### Directions
Find the line containing "face PLANE(AX(P(25,10,1),D(-1,0,0),D(0,0,1))) rev" in the entries below. Restate it and each line after it, word for word, up to and including the line containing "v21 (11.5,5,0)".

### Data excerpts

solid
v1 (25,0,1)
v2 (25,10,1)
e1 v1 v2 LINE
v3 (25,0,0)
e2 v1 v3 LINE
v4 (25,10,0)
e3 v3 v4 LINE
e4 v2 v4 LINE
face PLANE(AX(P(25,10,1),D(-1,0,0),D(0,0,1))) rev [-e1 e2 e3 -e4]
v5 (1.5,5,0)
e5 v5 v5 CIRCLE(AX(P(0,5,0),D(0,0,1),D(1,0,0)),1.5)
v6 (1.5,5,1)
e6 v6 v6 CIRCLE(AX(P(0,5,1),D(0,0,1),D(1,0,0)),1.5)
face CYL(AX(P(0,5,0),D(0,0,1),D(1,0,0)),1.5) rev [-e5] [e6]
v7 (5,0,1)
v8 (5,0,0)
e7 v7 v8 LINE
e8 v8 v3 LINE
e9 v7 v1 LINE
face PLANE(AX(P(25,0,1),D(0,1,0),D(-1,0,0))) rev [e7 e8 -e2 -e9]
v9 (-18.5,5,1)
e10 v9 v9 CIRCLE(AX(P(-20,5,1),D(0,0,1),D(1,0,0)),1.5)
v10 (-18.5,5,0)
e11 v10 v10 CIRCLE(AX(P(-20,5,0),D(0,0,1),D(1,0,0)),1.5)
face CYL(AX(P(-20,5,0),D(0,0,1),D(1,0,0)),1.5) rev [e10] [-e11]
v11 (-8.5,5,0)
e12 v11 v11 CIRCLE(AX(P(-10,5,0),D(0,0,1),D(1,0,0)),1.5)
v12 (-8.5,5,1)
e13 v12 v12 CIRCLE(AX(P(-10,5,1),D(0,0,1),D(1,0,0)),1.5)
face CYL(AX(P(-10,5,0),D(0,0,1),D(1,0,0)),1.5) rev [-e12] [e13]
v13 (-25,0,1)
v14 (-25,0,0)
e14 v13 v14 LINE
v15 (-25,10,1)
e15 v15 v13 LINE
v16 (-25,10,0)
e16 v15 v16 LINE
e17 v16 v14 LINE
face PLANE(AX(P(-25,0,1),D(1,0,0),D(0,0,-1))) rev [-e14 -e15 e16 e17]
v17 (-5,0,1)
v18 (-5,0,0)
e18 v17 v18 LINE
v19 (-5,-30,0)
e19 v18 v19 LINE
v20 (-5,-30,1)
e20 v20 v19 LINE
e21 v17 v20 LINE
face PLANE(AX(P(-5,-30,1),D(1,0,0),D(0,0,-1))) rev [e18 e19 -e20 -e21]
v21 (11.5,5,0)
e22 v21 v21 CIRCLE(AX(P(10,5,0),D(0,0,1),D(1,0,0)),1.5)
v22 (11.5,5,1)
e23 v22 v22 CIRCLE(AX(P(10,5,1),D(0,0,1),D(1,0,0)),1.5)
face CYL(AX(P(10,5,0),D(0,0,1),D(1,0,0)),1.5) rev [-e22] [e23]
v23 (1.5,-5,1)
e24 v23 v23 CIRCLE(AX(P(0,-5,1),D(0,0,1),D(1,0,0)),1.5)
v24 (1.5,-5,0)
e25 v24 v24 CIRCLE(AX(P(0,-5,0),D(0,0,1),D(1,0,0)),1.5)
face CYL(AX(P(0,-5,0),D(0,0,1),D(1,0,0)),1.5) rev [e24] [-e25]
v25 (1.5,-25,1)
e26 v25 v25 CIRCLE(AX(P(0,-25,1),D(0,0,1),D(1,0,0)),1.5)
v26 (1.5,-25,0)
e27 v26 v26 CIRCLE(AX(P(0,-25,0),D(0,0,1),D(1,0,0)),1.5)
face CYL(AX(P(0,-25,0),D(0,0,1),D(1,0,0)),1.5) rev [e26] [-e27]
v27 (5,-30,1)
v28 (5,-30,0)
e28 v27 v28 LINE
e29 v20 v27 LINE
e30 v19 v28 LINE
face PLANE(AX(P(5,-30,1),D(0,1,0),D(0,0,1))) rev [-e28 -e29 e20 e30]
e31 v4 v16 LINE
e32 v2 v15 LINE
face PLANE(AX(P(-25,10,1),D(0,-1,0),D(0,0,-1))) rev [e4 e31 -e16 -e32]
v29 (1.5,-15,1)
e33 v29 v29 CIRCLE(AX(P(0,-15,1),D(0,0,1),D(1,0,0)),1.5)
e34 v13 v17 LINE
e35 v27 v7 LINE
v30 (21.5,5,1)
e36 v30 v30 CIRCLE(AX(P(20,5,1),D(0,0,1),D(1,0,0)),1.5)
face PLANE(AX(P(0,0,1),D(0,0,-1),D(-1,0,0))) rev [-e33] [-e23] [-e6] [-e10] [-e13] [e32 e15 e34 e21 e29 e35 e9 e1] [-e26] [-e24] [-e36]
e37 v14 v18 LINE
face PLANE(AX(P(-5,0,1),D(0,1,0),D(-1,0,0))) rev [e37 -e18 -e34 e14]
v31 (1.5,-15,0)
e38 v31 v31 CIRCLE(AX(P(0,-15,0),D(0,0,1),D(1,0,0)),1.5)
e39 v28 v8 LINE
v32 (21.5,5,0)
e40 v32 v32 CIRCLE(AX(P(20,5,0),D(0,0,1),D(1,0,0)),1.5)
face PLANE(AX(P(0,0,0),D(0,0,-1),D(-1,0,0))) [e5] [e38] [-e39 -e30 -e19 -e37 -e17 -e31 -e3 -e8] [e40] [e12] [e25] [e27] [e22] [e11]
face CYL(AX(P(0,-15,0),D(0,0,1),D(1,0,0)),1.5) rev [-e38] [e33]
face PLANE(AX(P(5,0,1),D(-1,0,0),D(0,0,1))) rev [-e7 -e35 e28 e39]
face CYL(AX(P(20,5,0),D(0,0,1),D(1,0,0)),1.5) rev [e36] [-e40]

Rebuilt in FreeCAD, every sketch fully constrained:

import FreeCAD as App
import Part
import Sketcher

V = App.Vector


def add_polygon(sketch, points):
    """Adds a closed chain of lines whose ends are joined by coincident constraints."""
    first, n = sketch.GeometryCount, len(points)
    for a, b in zip(points, points[1:] + points[:1]):
        sketch.addGeometry(Part.LineSegment(App.Vector(*a, 0), App.Vector(*b, 0)), False)
    for i in range(n):
        sketch.addConstraint(Sketcher.Constraint("Coincident", first + i, 2, first + (i + 1) % n, 1))

doc = App.newDocument("Part")
body = doc.addObject("PartDesign::Body", "Body")

# Sketch on XY plane
sketch1 = body.newObject("Sketcher::SketchObject", "Sketch")
sketch1.AttachmentSupport = (doc.getObject("XY_Plane"), [""])
sketch1.MapMode = "FlatFace"
add_polygon(sketch1, [(25, 10), (-25, 10), (-25, 0), (-5, 0), (-5, -30), (5, -30), (5, 0), (25, 0)])  # lines 0-7
sketch1.addConstraint([
    Sketcher.Constraint("Horizontal", 0),
    Sketcher.Constraint("Vertical", 1),
    Sketcher.Constraint("Horizontal", 2),
    Sketcher.Constraint("Vertical", 3),
    Sketcher.Constraint("Horizontal", 4),
    Sketcher.Constraint("Vertical", 5),
    Sketcher.Constraint("Horizontal", 6),
    Sketcher.Constraint("Vertical", 7),
    Sketcher.Constraint("Symmetric", 2, 2, 5, 2, -1, 1),
    Sketcher.Constraint("Symmetric", 1, 2, 6, 2, -2),
    Sketcher.Constraint("Equal", 4, 1),
    Sketcher.Constraint("DistanceX", 0, 2, 0, 1, 50.0),
    Sketcher.Constraint("DistanceX", 2, 1, 2, 2, 20.0),
    Sketcher.Constraint("DistanceY", 3, 2, 3, 1, 30.0),
])
pad1 = body.newObject("PartDesign::Pad", "Pad")
pad1.Profile = sketch1
pad1.Length = 1

# Sketch on XY plane
sketch2 = body.newObject("Sketcher::SketchObject", "Sketch001")
sketch2.AttachmentSupport = (doc.getObject("XY_Plane"), [""])
sketch2.MapMode = "FlatFace"
sketch2.AttachmentOffset = App.Placement(V(0, 0, 1), App.Rotation())
sketch2.addGeometry(Part.Circle(V(0, 5, 0), V(0, 0, 1), 1.5), False)
sketch2.addConstraint([
    Sketcher.Constraint("PointOnObject", 0, 3, -2),
    Sketcher.Constraint("Diameter", 0, 3.0),
    Sketcher.Constraint("DistanceY", -1, 1, 0, 3, 5.0),
])
pocket1 = body.newObject("PartDesign::Pocket", "Pocket")
pocket1.Profile = sketch2
pocket1.Type = "ThroughAll"
doc.recompute()

linearpattern = body.newObject("PartDesign::LinearPattern", "LinearPattern")
linearpattern.Originals = [pocket1]
linearpattern.Direction = (doc.getObject("X_Axis"), [""])
linearpattern.Mode = "offset"
linearpattern.Offset = 10
linearpattern.Occurrences = 3
linearpattern.Reversed = True
body.Tip = linearpattern
doc.recompute()

linearpattern2 = body.newObject("PartDesign::LinearPattern", "LinearPattern001")
linearpattern2.Originals = [pocket1]
linearpattern2.Direction = (doc.getObject("X_Axis"), [""])
linearpattern2.Mode = "offset"
linearpattern2.Offset = 10
linearpattern2.Occurrences = 3
body.Tip = linearpattern2
doc.recompute()

linearpattern3 = body.newObject("PartDesign::LinearPattern", "LinearPattern002")
linearpattern3.Originals = [pocket1]
linearpattern3.Direction = (doc.getObject("Y_Axis"), [""])
linearpattern3.Mode = "offset"
linearpattern3.Offset = 10
linearpattern3.Occurrences = 4
linearpattern3.Reversed = True
body.Tip = linearpattern3

doc.recompute()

### The completed task
face PLANE(AX(P(25,10,1),D(-1,0,0),D(0,0,1))) rev [-e1 e2 e3 -e4]
v5 (1.5,5,0)
e5 v5 v5 CIRCLE(AX(P(0,5,0),D(0,0,1),D(1,0,0)),1.5)
v6 (1.5,5,1)
e6 v6 v6 CIRCLE(AX(P(0,5,1),D(0,0,1),D(1,0,0)),1.5)
face CYL(AX(P(0,5,0),D(0,0,1),D(1,0,0)),1.5) rev [-e5] [e6]
v7 (5,0,1)
v8 (5,0,0)
e7 v7 v8 LINE
e8 v8 v3 LINE
e9 v7 v1 LINE
face PLANE(AX(P(25,0,1),D(0,1,0),D(-1,0,0))) rev [e7 e8 -e2 -e9]
v9 (-18.5,5,1)
e10 v9 v9 CIRCLE(AX(P(-20,5,1),D(0,0,1),D(1,0,0)),1.5)
v10 (-18.5,5,0)
e11 v10 v10 CIRCLE(AX(P(-20,5,0),D(0,0,1),D(1,0,0)),1.5)
face CYL(AX(P(-20,5,0),D(0,0,1),D(1,0,0)),1.5) rev [e10] [-e11]
v11 (-8.5,5,0)
e12 v11 v11 CIRCLE(AX(P(-10,5,0),D(0,0,1),D(1,0,0)),1.5)
v12 (-8.5,5,1)
e13 v12 v12 CIRCLE(AX(P(-10,5,1),D(0,0,1),D(1,0,0)),1.5)
face CYL(AX(P(-10,5,0),D(0,0,1),D(1,0,0)),1.5) rev [-e12] [e13]
v13 (-25,0,1)
v14 (-25,0,0)
e14 v13 v14 LINE
v15 (-25,10,1)
e15 v15 v13 LINE
v16 (-25,10,0)
e16 v15 v16 LINE
e17 v16 v14 LINE
face PLANE(AX(P(-25,0,1),D(1,0,0),D(0,0,-1))) rev [-e14 -e15 e16 e17]
v17 (-5,0,1)
v18 (-5,0,0)
e18 v17 v18 LINE
v19 (-5,-30,0)
e19 v18 v19 LINE
v20 (-5,-30,1)
e20 v20 v19 LINE
e21 v17 v20 LINE
face PLANE(AX(P(-5,-30,1),D(1,0,0),D(0,0,-1))) rev [e18 e19 -e20 -e21]
v21 (11.5,5,0)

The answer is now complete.